§ What you will do
Between the line containing "e17 v17 v16 LINE" and the line containing "Rebuilt in FreeCAD, every" lies a run of lines; give that run again exactly, with both of those lines, and nothing else from the entries below.

§ Records for this exercise
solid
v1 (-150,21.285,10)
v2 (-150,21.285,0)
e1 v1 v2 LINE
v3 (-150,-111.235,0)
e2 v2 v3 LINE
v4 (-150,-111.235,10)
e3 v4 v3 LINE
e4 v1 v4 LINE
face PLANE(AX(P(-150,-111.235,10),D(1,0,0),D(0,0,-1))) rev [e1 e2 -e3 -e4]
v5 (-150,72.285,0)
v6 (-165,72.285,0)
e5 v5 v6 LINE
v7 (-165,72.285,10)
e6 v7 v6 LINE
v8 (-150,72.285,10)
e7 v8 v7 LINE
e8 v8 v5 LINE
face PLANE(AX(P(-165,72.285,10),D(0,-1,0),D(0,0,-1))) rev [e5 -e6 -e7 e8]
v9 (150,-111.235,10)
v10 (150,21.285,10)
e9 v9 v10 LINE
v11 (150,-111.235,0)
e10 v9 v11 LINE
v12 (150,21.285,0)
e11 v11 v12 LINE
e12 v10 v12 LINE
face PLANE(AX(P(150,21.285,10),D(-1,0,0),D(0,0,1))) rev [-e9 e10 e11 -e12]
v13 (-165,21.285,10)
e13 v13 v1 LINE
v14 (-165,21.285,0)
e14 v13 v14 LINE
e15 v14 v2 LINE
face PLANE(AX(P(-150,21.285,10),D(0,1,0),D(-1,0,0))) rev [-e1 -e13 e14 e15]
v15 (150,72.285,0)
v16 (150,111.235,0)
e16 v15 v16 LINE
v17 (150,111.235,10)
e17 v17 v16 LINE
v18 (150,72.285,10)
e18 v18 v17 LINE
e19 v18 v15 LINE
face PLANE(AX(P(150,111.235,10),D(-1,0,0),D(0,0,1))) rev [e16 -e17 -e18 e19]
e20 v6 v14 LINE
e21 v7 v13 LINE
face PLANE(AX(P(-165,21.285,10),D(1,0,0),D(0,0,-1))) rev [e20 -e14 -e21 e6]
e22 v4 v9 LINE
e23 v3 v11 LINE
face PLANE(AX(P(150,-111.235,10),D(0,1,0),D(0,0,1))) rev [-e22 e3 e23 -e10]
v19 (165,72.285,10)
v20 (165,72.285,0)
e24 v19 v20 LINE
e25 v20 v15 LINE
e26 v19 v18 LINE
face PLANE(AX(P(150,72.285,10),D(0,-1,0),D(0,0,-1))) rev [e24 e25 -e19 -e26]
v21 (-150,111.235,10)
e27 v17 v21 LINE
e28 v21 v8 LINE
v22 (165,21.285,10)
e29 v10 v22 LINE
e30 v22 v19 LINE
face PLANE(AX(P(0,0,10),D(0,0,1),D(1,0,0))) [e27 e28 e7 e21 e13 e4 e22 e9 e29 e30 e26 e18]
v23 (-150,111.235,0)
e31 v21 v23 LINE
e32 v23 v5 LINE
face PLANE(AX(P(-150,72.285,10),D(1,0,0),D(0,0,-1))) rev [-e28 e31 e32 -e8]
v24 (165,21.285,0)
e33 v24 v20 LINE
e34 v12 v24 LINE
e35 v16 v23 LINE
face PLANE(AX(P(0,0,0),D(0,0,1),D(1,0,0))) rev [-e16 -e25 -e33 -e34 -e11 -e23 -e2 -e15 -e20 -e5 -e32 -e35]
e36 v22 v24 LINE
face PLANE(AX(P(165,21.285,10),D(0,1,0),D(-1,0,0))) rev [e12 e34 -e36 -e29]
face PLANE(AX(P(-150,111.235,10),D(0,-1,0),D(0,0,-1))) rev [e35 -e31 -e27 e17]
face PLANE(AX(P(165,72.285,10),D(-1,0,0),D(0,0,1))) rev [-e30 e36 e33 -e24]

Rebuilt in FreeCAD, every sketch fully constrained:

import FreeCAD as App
import Part
import Sketcher
from FreeCAD import Vector
Q = App.Units.Quantity


def add_polygon(sketch, points):
    """Adds a closed chain of lines whose ends are joined by coincident constraints."""
    first, n = sketch.GeometryCount, len(points)
    for a, b in zip(points, points[1:] + points[:1]):
        sketch.addGeometry(Part.LineSegment(App.Vector(*a, 0), App.Vector(*b, 0)), False)
    for i in range(n):
        sketch.addConstraint(Sketcher.Constraint("Coincident", first + i, 2, first + (i + 1) % n, 1))

doc = App.newDocument("Part")
body = doc.addObject("PartDesign::Body", "Body")

sketch1 = body.newObject("Sketcher::SketchObject", "Sketch")
sketch1.AttachmentSupport = (doc.getObject("XY_Plane"), [""])
sketch1.MapMode = "FlatFace"
add_polygon(sketch1, [(-150, 21.285), (-150, -111.235), (150, -111.235), (150, 21.285), (165, 21.285), (165, 72.285), (150, 72.285), (150, 111.235), (-150, 111.235), (-150, 72.285), (-165, 72.285), (-165, 21.285)])
sketch1.addConstraint([
    Sketcher.Constraint("Vertical", 0),
    Sketcher.Constraint("Horizontal", 1),
    Sketcher.Constraint("Vertical", 2),
    Sketcher.Constraint("Horizontal", 3),
    Sketcher.Constraint("Vertical", 4),
    Sketcher.Constraint("Horizontal", 5),
    Sketcher.Constraint("Vertical", 6),
    Sketcher.Constraint("Horizontal", 7),
    Sketcher.Constraint("Vertical", 8),
    Sketcher.Constraint("Horizontal", 9),
    Sketcher.Constraint("Vertical", 10),
    Sketcher.Constraint("Horizontal", 11),
    Sketcher.Constraint("Symmetric", 0, 2, 6, 2, -1, 1),
    Sketcher.Constraint("Symmetric", 5, 2, 8, 2, -2),
    Sketcher.Constraint("Symmetric", 3, 2, 10, 2, -2),
    Sketcher.Constraint("Vertical", 2, 2, 5, 2),
    Sketcher.Constraint("DistanceX", 1, 1, 1, 2, Q("300 mm")),
    Sketcher.Constraint("DistanceX", 3, 1, 3, 2, Q("15 mm")),
    Sketcher.Constraint("DistanceY", 4, 1, 4, 2, Q("51 mm")),
    Sketcher.Constraint("DistanceY", 0, 2, 0, 1, Q("132.52 mm")),
    Sketcher.Constraint("DistanceY", 6, 1, 6, 2, Q("38.95 mm")),
])
pad1 = body.newObject("PartDesign::Pad", "Pad")
pad1.Profile = sketch1
pad1.Length = 10

doc.recompute()
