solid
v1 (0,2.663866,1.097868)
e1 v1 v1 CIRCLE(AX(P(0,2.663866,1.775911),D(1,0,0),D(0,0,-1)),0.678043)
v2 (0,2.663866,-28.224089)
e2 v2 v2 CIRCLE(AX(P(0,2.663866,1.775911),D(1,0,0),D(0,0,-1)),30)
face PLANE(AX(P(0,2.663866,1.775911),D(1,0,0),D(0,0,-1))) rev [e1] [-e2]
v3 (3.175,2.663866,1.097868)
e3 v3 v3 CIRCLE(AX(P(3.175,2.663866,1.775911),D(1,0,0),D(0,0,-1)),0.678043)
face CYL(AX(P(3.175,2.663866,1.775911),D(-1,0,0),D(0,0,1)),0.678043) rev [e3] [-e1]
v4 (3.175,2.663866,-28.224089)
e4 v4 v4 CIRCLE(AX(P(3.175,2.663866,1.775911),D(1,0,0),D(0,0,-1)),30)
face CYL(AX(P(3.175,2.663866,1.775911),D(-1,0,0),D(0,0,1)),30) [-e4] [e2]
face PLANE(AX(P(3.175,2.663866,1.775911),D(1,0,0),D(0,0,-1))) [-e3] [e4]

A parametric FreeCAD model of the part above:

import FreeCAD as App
import Part
import Sketcher
Q = App.Units.Quantity

doc = App.newDocument("Part")
body = doc.addObject("PartDesign::Body", "Body")

# Sketch on YZ plane
sketch1 = doc.addObject("Sketcher::SketchObject", "Sketch")
body.addObject(sketch1)
sketch1.AttachmentSupport = (doc.YZ_Plane, [""])
sketch1.MapMode = "FlatFace"
sketch1.addGeometry(Part.Circle(App.Vector(2.7, 1.8, 0), App.Vector(0, 0, 1), 30), False)
sketch1.addGeometry(Part.Circle(App.Vector(2.7, 1.8, 0), App.Vector(0, 0, 1), 0.7), False)
sketch1.addConstraint(Sketcher.Constraint("Coincident", 1, 3, 0, 3))
sketch1.addConstraint(Sketcher.Constraint("Diameter", 0, Q("60 mm")))
sketch1.addConstraint(Sketcher.Constraint("Diameter", 1, Q("1.356086 mm")))
sketch1.addConstraint(Sketcher.Constraint("DistanceY", -1, 1, 0, 3, Q("1.775911 mm")))
sketch1.addConstraint(Sketcher.Constraint("DistanceX", -1, 1, 0, 3, Q("2.663866 mm")))
pad1 = doc.addObject("PartDesign::Pad", "Pad")
body.addObject(pad1)
pad1.Profile = sketch1
pad1.Length = 3.175

doc.recompute()
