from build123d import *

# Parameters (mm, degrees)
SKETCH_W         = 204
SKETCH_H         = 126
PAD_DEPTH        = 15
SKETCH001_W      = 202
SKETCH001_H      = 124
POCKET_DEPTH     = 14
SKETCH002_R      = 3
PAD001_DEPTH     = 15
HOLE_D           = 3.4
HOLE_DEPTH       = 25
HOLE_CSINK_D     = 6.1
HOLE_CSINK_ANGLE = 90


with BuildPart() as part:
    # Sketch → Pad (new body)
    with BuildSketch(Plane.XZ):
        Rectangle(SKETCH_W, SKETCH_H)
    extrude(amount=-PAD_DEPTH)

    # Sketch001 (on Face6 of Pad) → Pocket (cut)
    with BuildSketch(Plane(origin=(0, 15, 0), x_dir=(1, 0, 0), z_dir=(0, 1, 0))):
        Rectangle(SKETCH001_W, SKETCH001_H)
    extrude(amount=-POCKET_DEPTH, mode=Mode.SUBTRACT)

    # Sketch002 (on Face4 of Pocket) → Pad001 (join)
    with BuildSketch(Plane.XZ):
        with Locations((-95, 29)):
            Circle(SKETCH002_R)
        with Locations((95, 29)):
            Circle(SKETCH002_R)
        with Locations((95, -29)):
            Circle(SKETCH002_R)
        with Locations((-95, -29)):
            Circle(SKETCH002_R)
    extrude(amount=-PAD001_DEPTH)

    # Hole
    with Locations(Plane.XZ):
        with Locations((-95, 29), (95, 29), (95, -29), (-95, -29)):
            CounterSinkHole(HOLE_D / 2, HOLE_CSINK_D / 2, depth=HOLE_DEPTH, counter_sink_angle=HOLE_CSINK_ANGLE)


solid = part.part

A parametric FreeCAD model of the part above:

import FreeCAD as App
import Part
import Sketcher
from FreeCAD import Vector
Q = App.Units.Quantity


def add_polygon(sketch, points):
    """Adds a closed chain of lines whose ends are joined by coincident constraints."""
    first, n = sketch.GeometryCount, len(points)
    for a, b in zip(points, points[1:] + points[:1]):
        sketch.addGeometry(Part.LineSegment(App.Vector(*a, 0), App.Vector(*b, 0)), False)
    for i in range(n):
        sketch.addConstraint(Sketcher.Constraint("Coincident", first + i, 2, first + (i + 1) % n, 1))

doc = App.newDocument("Part")
params = doc.addObject("Spreadsheet::Sheet", "Params")
for row, (alias, value) in enumerate([
    ("sketch1_width", "204 mm"),
    ("sketch1_height", "126 mm"),
    ("pad1_length", "15 mm"),
    ("sketch2_width", "202 mm"),
    ("sketch2_height", "124 mm"),
    ("pocket1_length", "14 mm"),
    ("sketch3_diameter", "6 mm"),
    ("pad2_length", "15 mm"),
    ("sketch4_diameter", "3.4 mm"),
    ("hole_diameter", "3.4 mm"),
    ("hole_depth", "25 mm"),
    ("hole_csink_diameter", "6.1 mm"),
], start=1):
    params.set(f"A{row}", alias)
    params.set(f"B{row}", "=" + value)
    params.setAlias(f"B{row}", alias)

body = doc.addObject("PartDesign::Body", "Body")

# Sketch on XZ plane
sketch1 = doc.addObject("Sketcher::SketchObject", "Sketch")
body.addObject(sketch1)
sketch1.AttachmentSupport = (doc.XZ_Plane, [""])
sketch1.MapMode = "FlatFace"
add_polygon(sketch1, [(-102, 63), (-102, -63), (102, -63), (102, 63)])  # lines 0-3
sketch1.addConstraint(Sketcher.Constraint("Vertical", 0))
sketch1.addConstraint(Sketcher.Constraint("Horizontal", 1))
sketch1.addConstraint(Sketcher.Constraint("Vertical", 2))
sketch1.addConstraint(Sketcher.Constraint("Horizontal", 3))
sketch1.addConstraint(Sketcher.Constraint("Symmetric", 0, 2, 2, 2, -1, 1))
sketch1.addConstraint(Sketcher.Constraint("DistanceX", 1, 1, 1, 2, Q("204 mm")))
sketch1.addConstraint(Sketcher.Constraint("DistanceY", 0, 2, 0, 1, Q("126 mm")))
sketch1.setExpression("Constraints[9]", "Params.sketch1_width")
sketch1.setExpression("Constraints[10]", "Params.sketch1_height")
pad1 = doc.addObject("PartDesign::Pad", "Pad")
body.addObject(pad1)
pad1.Profile = sketch1
pad1.setExpression("Length", "Params.pad1_length")
pad1.Reversed = True

# Sketch on XZ plane
sketch2 = doc.addObject("Sketcher::SketchObject", "Sketch001")
body.addObject(sketch2)
sketch2.AttachmentSupport = (doc.XZ_Plane, [""])
sketch2.MapMode = "FlatFace"
sketch2.AttachmentOffset = App.Placement(Vector(0, 0, -15), App.Rotation())
add_polygon(sketch2, [(-101, -62), (-101, 62), (101, 62), (101, -62)])  # lines 0-3
sketch2.addConstraint(Sketcher.Constraint("Vertical", 0))
sketch2.addConstraint(Sketcher.Constraint("Horizontal", 1))
sketch2.addConstraint(Sketcher.Constraint("Vertical", 2))
sketch2.addConstraint(Sketcher.Constraint("Horizontal", 3))
sketch2.addConstraint(Sketcher.Constraint("Symmetric", 0, 2, 2, 2, -1, 1))
sketch2.addConstraint(Sketcher.Constraint("DistanceX", 1, 1, 1, 2, Q("202 mm")))
sketch2.addConstraint(Sketcher.Constraint("DistanceY", 0, 1, 0, 2, Q("124 mm")))
sketch2.setExpression("Constraints[9]", "Params.sketch2_width")
sketch2.setExpression("Constraints[10]", "Params.sketch2_height")
pocket1 = doc.addObject("PartDesign::Pocket", "Pocket")
body.addObject(pocket1)
pocket1.Profile = sketch2
pocket1.setExpression("Length", "Params.pocket1_length")
pocket1.Reversed = True

# Sketch on XZ plane
sketch3 = doc.addObject("Sketcher::SketchObject", "Sketch002")
body.addObject(sketch3)
sketch3.AttachmentSupport = (doc.XZ_Plane, [""])
sketch3.MapMode = "FlatFace"
sketch3.addGeometry(Part.Circle(Vector(-95, 29, 0), Vector(0, 0, 1), 3), False)
sketch3.addGeometry(Part.Circle(Vector(95, 29, 0), Vector(0, 0, 1), 3), False)
sketch3.addGeometry(Part.Circle(Vector(95, -29, 0), Vector(0, 0, 1), 3), False)
sketch3.addGeometry(Part.Circle(Vector(-95, -29, 0), Vector(0, 0, 1), 3), False)
sketch3.addConstraint(Sketcher.Constraint("Equal", 0, 1))
sketch3.addConstraint(Sketcher.Constraint("Equal", 1, 2))
sketch3.addConstraint(Sketcher.Constraint("Equal", 2, 3))
sketch3.addConstraint(Sketcher.Constraint("Symmetric", 0, 3, 2, 3, -1, 1))
sketch3.addConstraint(Sketcher.Constraint("Symmetric", 1, 3, 3, 3, -1, 1))
sketch3.addConstraint(Sketcher.Constraint("Symmetric", 0, 3, 1, 3, -2))
sketch3.addConstraint(Sketcher.Constraint("Diameter", 0, Q("6 mm")))
sketch3.addConstraint(Sketcher.Constraint("DistanceX", 0, 3, -1, 1, Q("95 mm")))
sketch3.addConstraint(Sketcher.Constraint("DistanceY", -1, 1, 0, 3, Q("29 mm")))
sketch3.setExpression("Constraints[6]", "Params.sketch3_diameter")
pad2 = doc.addObject("PartDesign::Pad", "Pad001")
body.addObject(pad2)
pad2.Profile = sketch3
pad2.setExpression("Length", "Params.pad2_length")
pad2.Reversed = True

# Sketch on XZ plane
sketch4 = doc.addObject("Sketcher::SketchObject", "Sketch003")
body.addObject(sketch4)
sketch4.AttachmentSupport = (doc.XZ_Plane, [""])
sketch4.MapMode = "FlatFace"
sketch4.addGeometry(Part.Circle(Vector(-95, 29, 0), Vector(0, 0, 1), 1.7), False)
sketch4.addGeometry(Part.Circle(Vector(95, 29, 0), Vector(0, 0, 1), 1.7), False)
sketch4.addGeometry(Part.Circle(Vector(95, -29, 0), Vector(0, 0, 1), 1.7), False)
sketch4.addGeometry(Part.Circle(Vector(-95, -29, 0), Vector(0, 0, 1), 1.7), False)
sketch4.addConstraint(Sketcher.Constraint("Equal", 0, 1))
sketch4.addConstraint(Sketcher.Constraint("Equal", 1, 2))
sketch4.addConstraint(Sketcher.Constraint("Equal", 2, 3))
sketch4.addConstraint(Sketcher.Constraint("Symmetric", 0, 3, 2, 3, -1, 1))
sketch4.addConstraint(Sketcher.Constraint("Symmetric", 1, 3, 3, 3, -1, 1))
sketch4.addConstraint(Sketcher.Constraint("Symmetric", 0, 3, 1, 3, -2))
sketch4.addConstraint(Sketcher.Constraint("Diameter", 0, Q("3.4 mm")))
sketch4.addConstraint(Sketcher.Constraint("DistanceX", 0, 3, -1, 1, Q("95 mm")))
sketch4.addConstraint(Sketcher.Constraint("DistanceY", -1, 1, 0, 3, Q("29 mm")))
sketch4.setExpression("Constraints[6]", "Params.sketch4_diameter")
doc.recompute()
hole = doc.addObject("PartDesign::Hole", "Hole")
body.addObject(hole)
hole.Profile = sketch4
hole.ThreadType = "None"
hole.setExpression("Diameter", "Params.hole_diameter")
hole.DepthType = "Dimension"
hole.setExpression("Depth", "Params.hole_depth")
hole.DrillPoint = "Flat"
hole.HoleCutType = "Countersink"
hole.setExpression("HoleCutDiameter", "Params.hole_csink_diameter")
hole.HoleCutCountersinkAngle = 90

doc.recompute()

§ Task result
e17 v17 v16 LINE
v18 (150,72.285,10)
e18 v18 v17 LINE
e19 v18 v15 LINE
face PLANE(AX(P(150,111.235,10),D(-1,0,0),D(0,0,1))) rev [e16 -e17 -e18 e19]
e20 v6 v14 LINE
e21 v7 v13 LINE
face PLANE(AX(P(-165,21.285,10),D(1,0,0),D(0,0,-1))) rev [e20 -e14 -e21 e6]
e22 v4 v9 LINE
e23 v3 v11 LINE
face PLANE(AX(P(150,-111.235,10),D(0,1,0),D(0,0,1))) rev [-e22 e3 e23 -e10]
v19 (165,72.285,10)
v20 (165,72.285,0)
e24 v19 v20 LINE
e25 v20 v15 LINE
e26 v19 v18 LINE
face PLANE(AX(P(150,72.285,10),D(0,-1,0),D(0,0,-1))) rev [e24 e25 -e19 -e26]
v21 (-150,111.235,10)
e27 v17 v21 LINE
e28 v21 v8 LINE
v22 (165,21.285,10)
e29 v10 v22 LINE
e30 v22 v19 LINE
face PLANE(AX(P(0,0,10),D(0,0,1),D(1,0,0))) [e27 e28 e7 e21 e13 e4 e22 e9 e29 e30 e26 e18]
v23 (-150,111.235,0)
e31 v21 v23 LINE
e32 v23 v5 LINE
face PLANE(AX(P(-150,72.285,10),D(1,0,0),D(0,0,-1))) rev [-e28 e31 e32 -e8]
v24 (165,21.285,0)
e33 v24 v20 LINE
e34 v12 v24 LINE
e35 v16 v23 LINE
face PLANE(AX(P(0,0,0),D(0,0,1),D(1,0,0))) rev [-e16 -e25 -e33 -e34 -e11 -e23 -e2 -e15 -e20 -e5 -e32 -e35]
e36 v22 v24 LINE
face PLANE(AX(P(165,21.285,10),D(0,1,0),D(-1,0,0))) rev [e12 e34 -e36 -e29]
face PLANE(AX(P(-150,111.235,10),D(0,-1,0),D(0,0,-1))) rev [e35 -e31 -e27 e17]
face PLANE(AX(P(165,72.285,10),D(-1,0,0),D(0,0,1))) rev [-e30 e36 e33 -e24]

Rebuilt in FreeCAD, every sketch fully constrained:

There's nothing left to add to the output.